This concurrence of events and reports must have led some media commentators to think they were in seventh Heaven. Many journalists have been unable to resist the temptation to make a link between all these developments and draw the conclusion that the HFEA and the IVF sector it presides over are ripe for a serious review.

Some criticisms of the HFEA and IVF clinics are legitimate. But in the case of the embryo mix-up, it's hard to see how a mistake that has been put down to human error could have been avoided. If it was a system error that had caused the mistake (suggestions range from HFEA under-funding to poor labelling protocols), the system needs reviewing. But if it was human error, the only solution would be to take humans out of the process!

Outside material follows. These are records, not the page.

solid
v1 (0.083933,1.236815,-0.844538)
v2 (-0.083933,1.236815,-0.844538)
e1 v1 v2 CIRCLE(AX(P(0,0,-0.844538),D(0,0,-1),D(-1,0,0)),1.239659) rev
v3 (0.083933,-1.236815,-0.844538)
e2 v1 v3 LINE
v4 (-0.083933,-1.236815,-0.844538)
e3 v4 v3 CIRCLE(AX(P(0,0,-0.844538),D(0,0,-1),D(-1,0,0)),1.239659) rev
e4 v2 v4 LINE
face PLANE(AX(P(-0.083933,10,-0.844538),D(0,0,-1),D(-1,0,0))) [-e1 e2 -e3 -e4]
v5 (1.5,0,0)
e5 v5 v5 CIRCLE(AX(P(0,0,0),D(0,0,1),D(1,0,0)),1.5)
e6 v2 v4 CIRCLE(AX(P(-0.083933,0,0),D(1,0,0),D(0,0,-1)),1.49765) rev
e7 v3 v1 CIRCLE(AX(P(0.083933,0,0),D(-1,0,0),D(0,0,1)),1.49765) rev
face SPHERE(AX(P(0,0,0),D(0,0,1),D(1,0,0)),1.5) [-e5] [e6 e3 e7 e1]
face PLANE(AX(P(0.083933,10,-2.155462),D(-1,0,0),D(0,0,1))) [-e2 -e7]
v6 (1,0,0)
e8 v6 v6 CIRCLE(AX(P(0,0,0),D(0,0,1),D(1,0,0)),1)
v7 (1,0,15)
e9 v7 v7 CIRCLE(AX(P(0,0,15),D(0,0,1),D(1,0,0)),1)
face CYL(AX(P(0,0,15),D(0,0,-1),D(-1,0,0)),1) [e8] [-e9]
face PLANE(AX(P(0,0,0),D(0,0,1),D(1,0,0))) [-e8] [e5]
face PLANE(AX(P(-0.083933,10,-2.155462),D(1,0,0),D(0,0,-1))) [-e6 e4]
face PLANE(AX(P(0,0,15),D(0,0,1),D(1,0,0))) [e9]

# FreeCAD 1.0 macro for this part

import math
import FreeCAD as App
import Part
import Sketcher
from FreeCAD import Vector
Q = App.Units.Quantity

doc = App.newDocument("Part")
body = doc.addObject("PartDesign::Body", "Body")

# Sketch on XY plane
sketch1 = body.newObject("Sketcher::SketchObject", "Sketch")
sketch1.AttachmentSupport = (doc.getObject("XY_Plane"), [""])
sketch1.MapMode = "FlatFace"
sketch1.addGeometry(Part.Circle(Vector(0, 0, 0), Vector(0, 0, 1), 1), False)
sketch1.addConstraint([
    Sketcher.Constraint("Coincident", 0, 3, -1, 1),
    Sketcher.Constraint("Diameter", 0, Q("2 mm")),
])
pad1 = body.newObject("PartDesign::Pad", "Pad")
pad1.Profile = sketch1
pad1.Length = 15

# Sketch on XZ plane
sketch2 = body.newObject("Sketcher::SketchObject", "Sketch001")
sketch2.AttachmentSupport = (doc.getObject("XZ_Plane"), [""])
sketch2.MapMode = "FlatFace"
sketch2.addGeometry([
    Part.LineSegment(Vector(0, -1.5, 0), Vector(0, 0, 0)),
    Part.LineSegment(Vector(0, 0, 0), Vector(1.5, 0, 0)),
    Part.ArcOfCircle(Part.Circle(Vector(0, 0, 0), Vector(0, 0, 1), 1.5), math.radians(-90), math.radians(0)),
], False)
sketch2.addConstraint([
    Sketcher.Constraint("Coincident", 0, 2, 1, 1),
    Sketcher.Constraint("Coincident", 1, 2, 2, 2),
    Sketcher.Constraint("Coincident", 2, 1, 0, 1),
    Sketcher.Constraint("Vertical", 0),
    Sketcher.Constraint("Horizontal", 1),
    Sketcher.Constraint("Coincident", 2, 3, -1, 1),
    Sketcher.Constraint("Coincident", 0, 2, -1, 1),
    Sketcher.Constraint("Radius", 2, Q("1.5 mm")),
])
revolution = body.newObject("PartDesign::Revolution", "Revolution")
revolution.Profile = sketch2
revolution.ReferenceAxis = (sketch2, ["V_Axis"])
revolution.Angle = 360

# Sketch on XZ plane
sketch3 = body.newObject("Sketcher::SketchObject", "Sketch002")
sketch3.AttachmentSupport = (doc.getObject("XZ_Plane"), [""])
sketch3.MapMode = "FlatFace"
sketch3.addGeometry([
    Part.LineSegment(Vector(-0.08, -2.16, 0), Vector(-0.08, -0.84, 0)),
    Part.LineSegment(Vector(-0.08, -0.84, 0), Vector(0.08, -0.84, 0)),
    Part.LineSegment(Vector(0.08, -0.84, 0), Vector(0.08, -2.16, 0)),
    Part.LineSegment(Vector(0.08, -2.16, 0), Vector(-0.08, -2.16, 0)),
], False)
sketch3.addConstraint([
    Sketcher.Constraint("Coincident", 0, 2, 1, 1),
    Sketcher.Constraint("Coincident", 1, 2, 2, 1),
    Sketcher.Constraint("Coincident", 2, 2, 3, 1),
    Sketcher.Constraint("Coincident", 3, 2, 0, 1),
    Sketcher.Constraint("Vertical", 0),
    Sketcher.Constraint("Horizontal", 1),
    Sketcher.Constraint("Vertical", 2),
    Sketcher.Constraint("Horizontal", 3),
    Sketcher.Constraint("DistanceX", 1, 1, 1, 2, Q("0.167866 mm")),
    Sketcher.Constraint("DistanceY", 0, 1, 0, 2, Q("1.310924 mm")),
    Sketcher.Constraint("DistanceY", 0, 2, -1, 1, Q("0.844538 mm")),
    Sketcher.Constraint("DistanceX", 0, 2, -1, 1, Q("0.083933 mm")),
])
pocket1 = body.newObject("PartDesign::Pocket", "Pocket")
pocket1.Profile = sketch3
pocket1.Type = "ThroughAll"
pocket1.Midplane = True

doc.recompute()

Without wanting to appear flippant, human error in IVF is likely to be far less damaging than human error in other public services, such as transport or sanitation, where lives would be at risk. There seems to be almost universal agreement that the birth of these twins is an unmitigated disaster. But is it a tragedy for children to grow up with people who are not their genetic relatives? No. Is it a tragedy for children to grow up with parents of a different race? No. It must have been terribly upsetting for the white couple to discover the mistake. But they have two children; children that they planned and wanted and, despite the mistake, are no doubt delighting in. After all, these are things that make people parents, not the fact that they share the same genes.

© Copyright Progress Educational Trust

Reproduced with permission from BioNews, an email and online sources of news, information and comment on assisted reproduction and genetics.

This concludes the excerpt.